La qualification en poche, comment allez-vous préparer cet Afrobasket de 2013 ?

Une compétition, c’est un processus, pas un produit fini. Et un processus est une chose sur laquelle on réfléchit au départ. Le minimum, c’est de faire d'abord une feuille de route, la prospection des joueurs qui se trouvent partout dans le monde et ouvrir la Tanière à tout joueur qui a envie de venir. Il faut prospecter, planifier des stages et participer à des tournois, régulièrement et progressivement.

 

Le président de la fédération, Baba Tandian, a dit que le carré d’As reste l'objectif à l’Afrobasket 2013. Pensez-vous que le Sénégal peut arriver à ce stade ?

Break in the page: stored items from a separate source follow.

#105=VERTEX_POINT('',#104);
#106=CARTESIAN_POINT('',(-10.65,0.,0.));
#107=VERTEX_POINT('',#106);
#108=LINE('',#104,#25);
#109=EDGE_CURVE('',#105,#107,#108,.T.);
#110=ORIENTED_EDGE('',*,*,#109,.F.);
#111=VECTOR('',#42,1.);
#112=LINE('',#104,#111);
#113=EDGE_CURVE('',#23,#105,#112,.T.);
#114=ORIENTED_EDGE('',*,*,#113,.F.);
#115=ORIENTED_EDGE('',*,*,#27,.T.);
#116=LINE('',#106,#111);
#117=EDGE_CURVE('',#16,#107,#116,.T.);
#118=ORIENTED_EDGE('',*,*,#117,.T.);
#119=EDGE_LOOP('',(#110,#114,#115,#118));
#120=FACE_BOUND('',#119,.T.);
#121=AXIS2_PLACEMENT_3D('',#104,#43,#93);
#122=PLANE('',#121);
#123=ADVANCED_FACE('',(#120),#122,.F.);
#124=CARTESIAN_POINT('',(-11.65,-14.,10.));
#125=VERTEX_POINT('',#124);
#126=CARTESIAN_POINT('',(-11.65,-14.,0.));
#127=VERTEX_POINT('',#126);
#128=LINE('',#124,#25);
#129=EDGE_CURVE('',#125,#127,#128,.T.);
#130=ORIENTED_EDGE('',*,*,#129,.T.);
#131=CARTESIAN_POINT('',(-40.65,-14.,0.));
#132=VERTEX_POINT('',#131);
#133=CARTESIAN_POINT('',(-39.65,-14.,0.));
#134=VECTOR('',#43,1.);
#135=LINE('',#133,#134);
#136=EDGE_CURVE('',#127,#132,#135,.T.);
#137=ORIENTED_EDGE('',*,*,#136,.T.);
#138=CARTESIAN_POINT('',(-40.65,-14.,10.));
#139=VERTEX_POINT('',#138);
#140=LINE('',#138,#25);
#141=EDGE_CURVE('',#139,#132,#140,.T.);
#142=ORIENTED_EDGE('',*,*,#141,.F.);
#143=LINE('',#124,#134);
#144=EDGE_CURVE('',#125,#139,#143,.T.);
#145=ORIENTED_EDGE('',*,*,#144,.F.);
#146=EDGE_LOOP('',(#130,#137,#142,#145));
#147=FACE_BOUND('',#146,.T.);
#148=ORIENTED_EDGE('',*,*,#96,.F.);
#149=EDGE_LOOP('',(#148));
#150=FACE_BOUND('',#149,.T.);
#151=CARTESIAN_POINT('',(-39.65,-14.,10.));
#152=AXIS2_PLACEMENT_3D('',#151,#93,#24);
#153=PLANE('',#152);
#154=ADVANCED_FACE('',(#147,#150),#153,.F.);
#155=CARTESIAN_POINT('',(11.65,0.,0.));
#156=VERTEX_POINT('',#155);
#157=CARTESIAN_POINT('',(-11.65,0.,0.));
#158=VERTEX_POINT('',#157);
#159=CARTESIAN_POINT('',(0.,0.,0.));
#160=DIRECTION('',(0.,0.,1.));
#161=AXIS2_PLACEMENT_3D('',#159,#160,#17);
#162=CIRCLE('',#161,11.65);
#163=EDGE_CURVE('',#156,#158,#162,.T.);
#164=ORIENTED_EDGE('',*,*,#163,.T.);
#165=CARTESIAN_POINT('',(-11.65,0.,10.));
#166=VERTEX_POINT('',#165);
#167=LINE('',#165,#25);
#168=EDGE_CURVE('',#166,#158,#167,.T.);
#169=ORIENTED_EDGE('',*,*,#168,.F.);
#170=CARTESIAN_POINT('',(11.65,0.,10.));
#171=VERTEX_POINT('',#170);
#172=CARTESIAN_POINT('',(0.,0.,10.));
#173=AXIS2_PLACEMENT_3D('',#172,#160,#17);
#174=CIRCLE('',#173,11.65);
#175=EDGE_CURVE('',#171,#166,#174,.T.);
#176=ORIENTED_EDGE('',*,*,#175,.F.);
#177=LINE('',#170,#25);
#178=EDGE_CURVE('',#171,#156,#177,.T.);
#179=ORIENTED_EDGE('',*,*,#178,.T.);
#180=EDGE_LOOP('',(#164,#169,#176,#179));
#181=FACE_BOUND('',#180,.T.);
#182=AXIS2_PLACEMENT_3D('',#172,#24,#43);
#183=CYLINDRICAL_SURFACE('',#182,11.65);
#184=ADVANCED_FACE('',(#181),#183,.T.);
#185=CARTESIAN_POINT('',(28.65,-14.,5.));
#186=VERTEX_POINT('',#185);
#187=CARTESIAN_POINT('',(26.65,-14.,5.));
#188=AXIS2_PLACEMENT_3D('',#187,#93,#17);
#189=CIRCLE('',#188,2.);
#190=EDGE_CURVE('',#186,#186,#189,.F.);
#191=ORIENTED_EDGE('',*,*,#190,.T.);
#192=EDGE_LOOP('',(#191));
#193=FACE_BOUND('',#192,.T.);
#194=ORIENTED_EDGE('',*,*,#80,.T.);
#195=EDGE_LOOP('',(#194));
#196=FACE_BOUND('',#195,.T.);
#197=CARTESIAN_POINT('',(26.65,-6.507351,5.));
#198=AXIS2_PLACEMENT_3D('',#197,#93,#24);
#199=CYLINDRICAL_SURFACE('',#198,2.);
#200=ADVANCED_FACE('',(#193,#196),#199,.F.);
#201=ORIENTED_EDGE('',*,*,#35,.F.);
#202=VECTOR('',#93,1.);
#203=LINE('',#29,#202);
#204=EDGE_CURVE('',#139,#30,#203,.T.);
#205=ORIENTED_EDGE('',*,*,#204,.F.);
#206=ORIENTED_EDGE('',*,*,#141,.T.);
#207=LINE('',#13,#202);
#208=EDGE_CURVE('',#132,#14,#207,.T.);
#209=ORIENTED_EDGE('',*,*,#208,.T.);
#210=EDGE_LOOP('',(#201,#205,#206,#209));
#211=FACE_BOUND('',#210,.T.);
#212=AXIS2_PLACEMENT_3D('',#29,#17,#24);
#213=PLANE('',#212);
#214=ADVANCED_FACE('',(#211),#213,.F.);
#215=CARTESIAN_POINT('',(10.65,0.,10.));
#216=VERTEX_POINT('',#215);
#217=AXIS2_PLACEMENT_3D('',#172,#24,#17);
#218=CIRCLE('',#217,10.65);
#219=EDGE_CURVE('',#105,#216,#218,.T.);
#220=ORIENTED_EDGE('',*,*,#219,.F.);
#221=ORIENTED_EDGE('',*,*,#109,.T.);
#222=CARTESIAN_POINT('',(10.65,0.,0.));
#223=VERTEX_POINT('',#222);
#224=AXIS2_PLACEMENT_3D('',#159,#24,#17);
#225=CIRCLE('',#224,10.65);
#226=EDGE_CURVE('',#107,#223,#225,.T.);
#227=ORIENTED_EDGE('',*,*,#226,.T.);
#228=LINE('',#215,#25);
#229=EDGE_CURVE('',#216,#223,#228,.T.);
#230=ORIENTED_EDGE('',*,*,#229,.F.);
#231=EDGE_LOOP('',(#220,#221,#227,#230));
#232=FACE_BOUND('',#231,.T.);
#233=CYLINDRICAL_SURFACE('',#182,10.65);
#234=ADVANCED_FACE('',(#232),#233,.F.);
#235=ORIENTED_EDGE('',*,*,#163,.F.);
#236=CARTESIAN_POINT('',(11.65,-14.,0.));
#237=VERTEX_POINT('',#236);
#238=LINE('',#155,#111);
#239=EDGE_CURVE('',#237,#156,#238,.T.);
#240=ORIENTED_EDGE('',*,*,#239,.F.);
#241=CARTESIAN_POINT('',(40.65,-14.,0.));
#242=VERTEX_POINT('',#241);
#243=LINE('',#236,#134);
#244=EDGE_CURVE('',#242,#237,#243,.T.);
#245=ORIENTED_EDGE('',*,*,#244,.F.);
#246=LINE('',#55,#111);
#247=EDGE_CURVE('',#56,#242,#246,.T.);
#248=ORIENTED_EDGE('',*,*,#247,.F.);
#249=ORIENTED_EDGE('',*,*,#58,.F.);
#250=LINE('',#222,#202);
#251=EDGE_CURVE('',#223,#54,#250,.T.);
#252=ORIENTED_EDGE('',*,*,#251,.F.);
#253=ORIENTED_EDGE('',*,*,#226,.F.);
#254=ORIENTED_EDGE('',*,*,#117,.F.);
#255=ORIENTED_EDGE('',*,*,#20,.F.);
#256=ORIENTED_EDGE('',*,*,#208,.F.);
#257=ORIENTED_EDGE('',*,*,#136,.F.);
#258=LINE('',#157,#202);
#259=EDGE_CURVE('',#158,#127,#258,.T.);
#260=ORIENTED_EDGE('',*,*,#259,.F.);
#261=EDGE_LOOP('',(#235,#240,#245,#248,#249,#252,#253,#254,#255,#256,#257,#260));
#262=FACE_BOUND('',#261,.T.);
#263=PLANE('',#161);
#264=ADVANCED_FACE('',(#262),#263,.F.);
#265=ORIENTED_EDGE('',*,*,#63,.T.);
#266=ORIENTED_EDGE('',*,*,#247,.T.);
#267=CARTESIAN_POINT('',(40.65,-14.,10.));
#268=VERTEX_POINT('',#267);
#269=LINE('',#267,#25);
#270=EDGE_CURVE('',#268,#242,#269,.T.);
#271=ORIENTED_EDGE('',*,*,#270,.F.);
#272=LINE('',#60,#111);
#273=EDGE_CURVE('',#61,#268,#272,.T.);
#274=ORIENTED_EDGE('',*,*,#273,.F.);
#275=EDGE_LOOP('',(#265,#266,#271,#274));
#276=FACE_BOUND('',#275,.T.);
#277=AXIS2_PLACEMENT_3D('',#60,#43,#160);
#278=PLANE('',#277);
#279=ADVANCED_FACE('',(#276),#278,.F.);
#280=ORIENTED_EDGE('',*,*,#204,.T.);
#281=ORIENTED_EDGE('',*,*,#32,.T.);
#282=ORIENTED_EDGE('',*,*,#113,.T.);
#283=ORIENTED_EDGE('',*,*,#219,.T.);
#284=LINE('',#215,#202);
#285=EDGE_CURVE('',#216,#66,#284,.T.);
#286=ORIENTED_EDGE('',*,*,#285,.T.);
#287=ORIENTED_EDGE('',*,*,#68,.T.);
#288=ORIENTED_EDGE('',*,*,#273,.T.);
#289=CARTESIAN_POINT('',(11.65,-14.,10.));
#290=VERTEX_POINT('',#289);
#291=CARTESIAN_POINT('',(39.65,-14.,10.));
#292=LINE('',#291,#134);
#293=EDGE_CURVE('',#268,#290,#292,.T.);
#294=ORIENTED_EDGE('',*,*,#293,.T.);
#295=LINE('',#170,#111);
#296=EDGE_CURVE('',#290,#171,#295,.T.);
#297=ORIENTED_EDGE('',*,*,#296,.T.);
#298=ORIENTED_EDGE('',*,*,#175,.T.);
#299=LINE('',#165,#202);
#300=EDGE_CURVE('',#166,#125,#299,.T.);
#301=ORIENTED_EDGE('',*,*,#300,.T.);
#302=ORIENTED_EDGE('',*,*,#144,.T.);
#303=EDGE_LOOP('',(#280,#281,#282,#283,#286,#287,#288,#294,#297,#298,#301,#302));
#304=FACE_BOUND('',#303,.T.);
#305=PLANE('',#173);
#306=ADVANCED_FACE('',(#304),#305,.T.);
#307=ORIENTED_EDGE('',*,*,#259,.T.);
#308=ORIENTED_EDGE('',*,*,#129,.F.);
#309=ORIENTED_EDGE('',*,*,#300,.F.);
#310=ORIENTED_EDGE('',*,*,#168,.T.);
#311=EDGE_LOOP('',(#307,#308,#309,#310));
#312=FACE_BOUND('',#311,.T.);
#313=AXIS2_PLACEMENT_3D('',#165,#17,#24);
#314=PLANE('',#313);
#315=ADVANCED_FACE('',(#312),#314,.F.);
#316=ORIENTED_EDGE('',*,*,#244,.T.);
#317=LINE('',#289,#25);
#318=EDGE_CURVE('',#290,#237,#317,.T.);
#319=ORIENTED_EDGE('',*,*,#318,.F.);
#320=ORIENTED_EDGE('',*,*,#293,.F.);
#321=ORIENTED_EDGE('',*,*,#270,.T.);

Être dans le carré d’as, il ne faut pas le voir en rêve, il faut le concocter, appliquer un bon plan de préparation et évaluer les chances après. S’il le dit, peut-être que ce ne sont pas des paroles vaines, il sait de quoi est capable l’équipe. Mais là n’est pas le problème. Il faut surtout s'interroger sur comment accéder aux demi-finales. Oui, on a les potentialités ! Mais comment faire pour y accéder ? Ce comment-là, c’est un processus qu’il faudra évaluer et mettre en place sinon on n'ira nulle part.